▶ _What is needed_
Please transcribe exactly, and only, the lines of the data below between the line holding "e42 v6 v34 LINE" and the line holding "e49 v24 v37 LINE", inclusive.

Items listed in a dataset
= = =

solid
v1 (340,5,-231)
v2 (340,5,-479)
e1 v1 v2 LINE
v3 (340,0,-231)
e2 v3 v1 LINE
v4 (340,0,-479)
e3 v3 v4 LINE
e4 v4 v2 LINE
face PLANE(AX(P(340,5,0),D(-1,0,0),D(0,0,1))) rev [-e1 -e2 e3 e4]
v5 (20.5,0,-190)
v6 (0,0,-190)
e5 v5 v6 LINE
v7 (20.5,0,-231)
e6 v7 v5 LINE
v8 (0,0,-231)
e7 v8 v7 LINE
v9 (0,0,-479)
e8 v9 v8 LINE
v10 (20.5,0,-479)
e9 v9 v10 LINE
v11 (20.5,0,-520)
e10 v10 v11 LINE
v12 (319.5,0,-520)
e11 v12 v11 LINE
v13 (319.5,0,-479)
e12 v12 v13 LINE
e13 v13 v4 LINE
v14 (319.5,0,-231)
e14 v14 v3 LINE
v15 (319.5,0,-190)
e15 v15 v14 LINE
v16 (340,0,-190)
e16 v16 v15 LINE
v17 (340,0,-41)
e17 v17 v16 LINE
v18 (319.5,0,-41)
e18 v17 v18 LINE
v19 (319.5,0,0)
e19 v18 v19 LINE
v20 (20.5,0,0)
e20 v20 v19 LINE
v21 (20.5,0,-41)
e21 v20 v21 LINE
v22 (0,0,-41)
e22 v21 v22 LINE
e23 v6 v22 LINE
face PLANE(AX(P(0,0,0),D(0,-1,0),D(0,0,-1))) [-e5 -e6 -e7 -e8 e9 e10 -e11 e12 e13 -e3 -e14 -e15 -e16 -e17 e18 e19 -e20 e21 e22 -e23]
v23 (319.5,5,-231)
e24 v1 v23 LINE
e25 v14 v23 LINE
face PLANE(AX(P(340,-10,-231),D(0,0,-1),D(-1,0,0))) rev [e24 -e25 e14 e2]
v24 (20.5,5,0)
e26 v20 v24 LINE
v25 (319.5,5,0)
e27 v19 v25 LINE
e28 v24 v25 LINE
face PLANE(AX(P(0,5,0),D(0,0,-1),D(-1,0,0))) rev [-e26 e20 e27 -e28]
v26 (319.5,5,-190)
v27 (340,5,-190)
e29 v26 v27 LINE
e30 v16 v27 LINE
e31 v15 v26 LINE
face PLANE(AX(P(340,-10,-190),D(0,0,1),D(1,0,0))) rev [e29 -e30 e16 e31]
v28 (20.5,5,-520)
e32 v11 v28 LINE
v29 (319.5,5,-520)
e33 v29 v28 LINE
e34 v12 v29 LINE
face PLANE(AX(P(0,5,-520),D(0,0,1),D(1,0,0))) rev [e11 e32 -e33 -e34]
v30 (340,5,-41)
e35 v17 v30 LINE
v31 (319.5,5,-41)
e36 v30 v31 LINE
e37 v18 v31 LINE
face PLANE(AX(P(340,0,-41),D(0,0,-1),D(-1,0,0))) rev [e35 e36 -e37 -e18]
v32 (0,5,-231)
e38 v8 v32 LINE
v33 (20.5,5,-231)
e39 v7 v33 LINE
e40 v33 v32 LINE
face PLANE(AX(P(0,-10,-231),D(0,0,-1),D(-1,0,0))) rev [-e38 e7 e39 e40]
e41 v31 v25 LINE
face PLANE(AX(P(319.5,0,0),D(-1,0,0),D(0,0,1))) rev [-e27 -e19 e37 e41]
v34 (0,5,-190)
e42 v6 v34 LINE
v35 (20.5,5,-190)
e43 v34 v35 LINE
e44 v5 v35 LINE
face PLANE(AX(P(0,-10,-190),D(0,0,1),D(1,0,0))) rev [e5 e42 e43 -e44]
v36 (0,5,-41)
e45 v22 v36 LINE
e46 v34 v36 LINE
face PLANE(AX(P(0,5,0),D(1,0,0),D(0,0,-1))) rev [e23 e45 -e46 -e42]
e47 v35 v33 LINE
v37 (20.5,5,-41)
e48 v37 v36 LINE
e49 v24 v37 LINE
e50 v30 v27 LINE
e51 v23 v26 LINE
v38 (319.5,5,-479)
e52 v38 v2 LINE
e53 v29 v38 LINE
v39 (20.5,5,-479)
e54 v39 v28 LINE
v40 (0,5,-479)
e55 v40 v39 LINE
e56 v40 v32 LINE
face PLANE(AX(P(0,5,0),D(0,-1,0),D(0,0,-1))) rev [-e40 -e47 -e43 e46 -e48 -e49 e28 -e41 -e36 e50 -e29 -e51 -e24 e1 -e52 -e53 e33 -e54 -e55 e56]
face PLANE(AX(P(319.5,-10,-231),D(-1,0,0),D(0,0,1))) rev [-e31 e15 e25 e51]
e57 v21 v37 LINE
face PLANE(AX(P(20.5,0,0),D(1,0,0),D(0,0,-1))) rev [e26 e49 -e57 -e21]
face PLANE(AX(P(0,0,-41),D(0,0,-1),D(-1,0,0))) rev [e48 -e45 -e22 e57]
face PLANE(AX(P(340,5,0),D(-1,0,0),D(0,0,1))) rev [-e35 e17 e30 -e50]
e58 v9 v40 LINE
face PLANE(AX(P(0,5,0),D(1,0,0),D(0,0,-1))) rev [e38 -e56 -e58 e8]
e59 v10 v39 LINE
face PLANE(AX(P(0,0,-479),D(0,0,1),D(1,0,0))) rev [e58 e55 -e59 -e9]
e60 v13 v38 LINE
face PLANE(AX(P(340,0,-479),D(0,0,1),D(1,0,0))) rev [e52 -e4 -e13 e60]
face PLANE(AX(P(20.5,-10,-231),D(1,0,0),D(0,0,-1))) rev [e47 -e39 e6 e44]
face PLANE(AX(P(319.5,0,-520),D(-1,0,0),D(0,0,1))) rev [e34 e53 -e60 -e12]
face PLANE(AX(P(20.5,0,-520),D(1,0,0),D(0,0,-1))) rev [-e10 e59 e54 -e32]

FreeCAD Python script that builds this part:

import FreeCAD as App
import Part
import Sketcher

V = App.Vector

doc = App.newDocument("Part")
body = doc.addObject("PartDesign::Body", "Body")

# Sketch on XZ plane
sketch1 = doc.addObject("Sketcher::SketchObject", "Sketch")
body.addObject(sketch1)
sketch1.AttachmentSupport = (doc.XZ_Plane, [""])
sketch1.MapMode = "FlatFace"
sketch1.addGeometry([
    Part.LineSegment(V(0, -520, 0), V(0, 0, 0)),
    Part.LineSegment(V(0, 0, 0), V(340, 0, 0)),
    Part.LineSegment(V(340, 0, 0), V(340, -520, 0)),
    Part.LineSegment(V(340, -520, 0), V(0, -520, 0)),
], False)
sketch1.addConstraint([
    Sketcher.Constraint("Coincident", 0, 2, 1, 1),
    Sketcher.Constraint("Coincident", 1, 2, 2, 1),
    Sketcher.Constraint("Coincident", 2, 2, 3, 1),
    Sketcher.Constraint("Coincident", 3, 2, 0, 1),
    Sketcher.Constraint("Vertical", 0),
    Sketcher.Constraint("Horizontal", 1),
    Sketcher.Constraint("Vertical", 2),
    Sketcher.Constraint("Horizontal", 3),
    Sketcher.Constraint("Coincident", 0, 2, -1, 1),
    Sketcher.Constraint("DistanceX", 1, 1, 1, 2, 340.0),
    Sketcher.Constraint("DistanceY", 0, 1, 0, 2, 520.0),
])
pad1 = doc.addObject("PartDesign::Pad", "Pad")
body.addObject(pad1)
pad1.Profile = sketch1
pad1.Length = 5
pad1.Reversed = True

# Sketch on XZ plane
sketch2 = doc.addObject("Sketcher::SketchObject", "Sketch001")
body.addObject(sketch2)
sketch2.AttachmentSupport = (doc.XZ_Plane, [""])
sketch2.MapMode = "FlatFace"
sketch2.AttachmentOffset = App.Placement(V(0, 0, -5), App.Rotation())
sketch2.addGeometry([
    Part.LineSegment(V(319.5, -520, 0), V(319.5, -479, 0)),  # 0
    Part.LineSegment(V(319.5, -479, 0), V(340, -479, 0)),  # 1
    Part.LineSegment(V(340, -479, 0), V(340, -520, 0)),  # 2
    Part.LineSegment(V(340, -520, 0), V(319.5, -520, 0)),  # 3
    Part.LineSegment(V(319.5, -41, 0), V(319.5, 0, 0)),  # 4
    Part.LineSegment(V(319.5, 0, 0), V(340, 0, 0)),  # 5
    Part.LineSegment(V(340, 0, 0), V(340, -41, 0)),  # 6
    Part.LineSegment(V(340, -41, 0), V(319.5, -41, 0)),  # 7
    Part.LineSegment(V(0, -41, 0), V(0, 0, 0)),  # 8
    Part.LineSegment(V(0, 0, 0), V(20.5, 0, 0)),  # 9
    Part.LineSegment(V(20.5, 0, 0), V(20.5, -41, 0)),  # 10
    Part.LineSegment(V(20.5, -41, 0), V(0, -41, 0)),  # 11
    Part.LineSegment(V(0, -520, 0), V(0, -479, 0)),  # 12
    Part.LineSegment(V(0, -479, 0), V(20.5, -479, 0)),  # 13
    Part.LineSegment(V(20.5, -479, 0), V(20.5, -520, 0)),  # 14
    Part.LineSegment(V(20.5, -520, 0), V(0, -520, 0)),  # 15
], False)
sketch2.addConstraint([
    Sketcher.Constraint("Coincident", 0, 2, 1, 1),
    Sketcher.Constraint("Coincident", 1, 2, 2, 1),
    Sketcher.Constraint("Coincident", 2, 2, 3, 1),
    Sketcher.Constraint("Coincident", 3, 2, 0, 1),
    Sketcher.Constraint("Coincident", 4, 2, 5, 1),
    Sketcher.Constraint("Coincident", 5, 2, 6, 1),
    Sketcher.Constraint("Coincident", 6, 2, 7, 1),
    Sketcher.Constraint("Coincident", 7, 2, 4, 1),
    Sketcher.Constraint("Coincident", 8, 2, 9, 1),
    Sketcher.Constraint("Coincident", 9, 2, 10, 1),
    Sketcher.Constraint("Coincident", 10, 2, 11, 1),
    Sketcher.Constraint("Coincident", 11, 2, 8, 1),
    Sketcher.Constraint("Coincident", 12, 2, 13, 1),
    Sketcher.Constraint("Coincident", 13, 2, 14, 1),
    Sketcher.Constraint("Coincident", 14, 2, 15, 1),
    Sketcher.Constraint("Coincident", 15, 2, 12, 1),
    Sketcher.Constraint("Vertical", 0),
    Sketcher.Constraint("Horizontal", 1),
    Sketcher.Constraint("Vertical", 2),
    Sketcher.Constraint("Horizontal", 3),
    Sketcher.Constraint("Vertical", 4),
    Sketcher.Constraint("Horizontal", 5),
    Sketcher.Constraint("Vertical", 6),
    Sketcher.Constraint("Horizontal", 7),
    Sketcher.Constraint("Vertical", 8),
    Sketcher.Constraint("Horizontal", 9),
    Sketcher.Constraint("Vertical", 10),
    Sketcher.Constraint("Horizontal", 11),
    Sketcher.Constraint("Vertical", 12),
    Sketcher.Constraint("Horizontal", 13),
    Sketcher.Constraint("Vertical", 14),
    Sketcher.Constraint("Horizontal", 15),
    Sketcher.Constraint("Coincident", 8, 2, -1, 1),
    Sketcher.Constraint("PointOnObject", 4, 2, -1),
    Sketcher.Constraint("PointOnObject", 12, 2, -2),
    Sketcher.Constraint("Horizontal", 7, 2, 10, 2),
    Sketcher.Constraint("Horizontal", 1, 2, 12, 2),
    Sketcher.Constraint("Horizontal", 3, 2, 14, 2),
    Sketcher.Constraint("Vertical", 3, 2, 4, 2),
    Sketcher.Constraint("Vertical", 2, 2, 5, 2),
    Sketcher.Constraint("Vertical", 10, 2, 13, 2),
    Sketcher.Constraint("Equal", 7, 9),
    Sketcher.Constraint("Equal", 2, 4),
    Sketcher.Constraint("DistanceY", 0, 1, 0, 2, 41.0),
    Sketcher.Constraint("DistanceX", 1, 1, 1, 2, 20.5),
    Sketcher.Constraint("DistanceY", 0, 2, -1, 1, 479.0),
    Sketcher.Constraint("DistanceX", -1, 1, 1, 2, 340.0),
])
pocket1 = doc.addObject("PartDesign::Pocket", "Pocket")
body.addObject(pocket1)
pocket1.Profile = sketch2
pocket1.Type = "ThroughAll"
pocket1.Reversed = True

# Sketch on XZ plane
sketch3 = doc.addObject("Sketcher::SketchObject", "Sketch002")
body.addObject(sketch3)
sketch3.AttachmentSupport = (doc.XZ_Plane, [""])
sketch3.MapMode = "FlatFace"
sketch3.AttachmentOffset = App.Placement(V(0, 0, -5), App.Rotation())
sketch3.addGeometry([
    Part.LineSegment(V(319.5, -231, 0), V(319.5, -190, 0)),  # 0
    Part.LineSegment(V(319.5, -190, 0), V(340, -190, 0)),  # 1
    Part.LineSegment(V(340, -190, 0), V(340, -231, 0)),  # 2
    Part.LineSegment(V(340, -231, 0), V(319.5, -231, 0)),  # 3
    Part.LineSegment(V(0, -231, 0), V(0, -190, 0)),  # 4
    Part.LineSegment(V(0, -190, 0), V(20.5, -190, 0)),  # 5
    Part.LineSegment(V(20.5, -190, 0), V(20.5, -231, 0)),  # 6
    Part.LineSegment(V(20.5, -231, 0), V(0, -231, 0)),  # 7
], False)
sketch3.addConstraint([
    Sketcher.Constraint("Coincident", 0, 2, 1, 1),
    Sketcher.Constraint("Coincident", 1, 2, 2, 1),
    Sketcher.Constraint("Coincident", 2, 2, 3, 1),
    Sketcher.Constraint("Coincident", 3, 2, 0, 1),
    Sketcher.Constraint("Coincident", 4, 2, 5, 1),
    Sketcher.Constraint("Coincident", 5, 2, 6, 1),
    Sketcher.Constraint("Coincident", 6, 2, 7, 1),
    Sketcher.Constraint("Coincident", 7, 2, 4, 1),
    Sketcher.Constraint("Vertical", 0),
    Sketcher.Constraint("Horizontal", 1),
    Sketcher.Constraint("Vertical", 2),
    Sketcher.Constraint("Horizontal", 3),
    Sketcher.Constraint("Vertical", 4),
    Sketcher.Constraint("Horizontal", 5),
    Sketcher.Constraint("Vertical", 6),
    Sketcher.Constraint("Horizontal", 7),
    Sketcher.Constraint("PointOnObject", 4, 2, -2),
    Sketcher.Constraint("Horizontal", 1, 2, 4, 2),
    Sketcher.Constraint("Horizontal", 3, 2, 6, 2),
    Sketcher.Constraint("Equal", 3, 5),
    Sketcher.Constraint("DistanceY", 0, 1, 0, 2, 41.0),
    Sketcher.Constraint("DistanceX", 1, 1, 1, 2, 20.5),
    Sketcher.Constraint("DistanceY", 0, 2, -1, 1, 190.0),
    Sketcher.Constraint("DistanceX", -1, 1, 1, 2, 340.0),
])
pocket2 = doc.addObject("PartDesign::Pocket", "Pocket001")
body.addObject(pocket2)
pocket2.Profile = sketch3
pocket2.Length = 15
pocket2.Reversed = True

doc.recompute()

= = =

▶ _Your solution_
e42 v6 v34 LINE
v35 (20.5,5,-190)
e43 v34 v35 LINE
e44 v5 v35 LINE
face PLANE(AX(P(0,-10,-190),D(0,0,1),D(1,0,0))) rev [e5 e42 e43 -e44]
v36 (0,5,-41)
e45 v22 v36 LINE
e46 v34 v36 LINE
face PLANE(AX(P(0,5,0),D(1,0,0),D(0,0,-1))) rev [e23 e45 -e46 -e42]
e47 v35 v33 LINE
v37 (20.5,5,-41)
e48 v37 v36 LINE
e49 v24 v37 LINE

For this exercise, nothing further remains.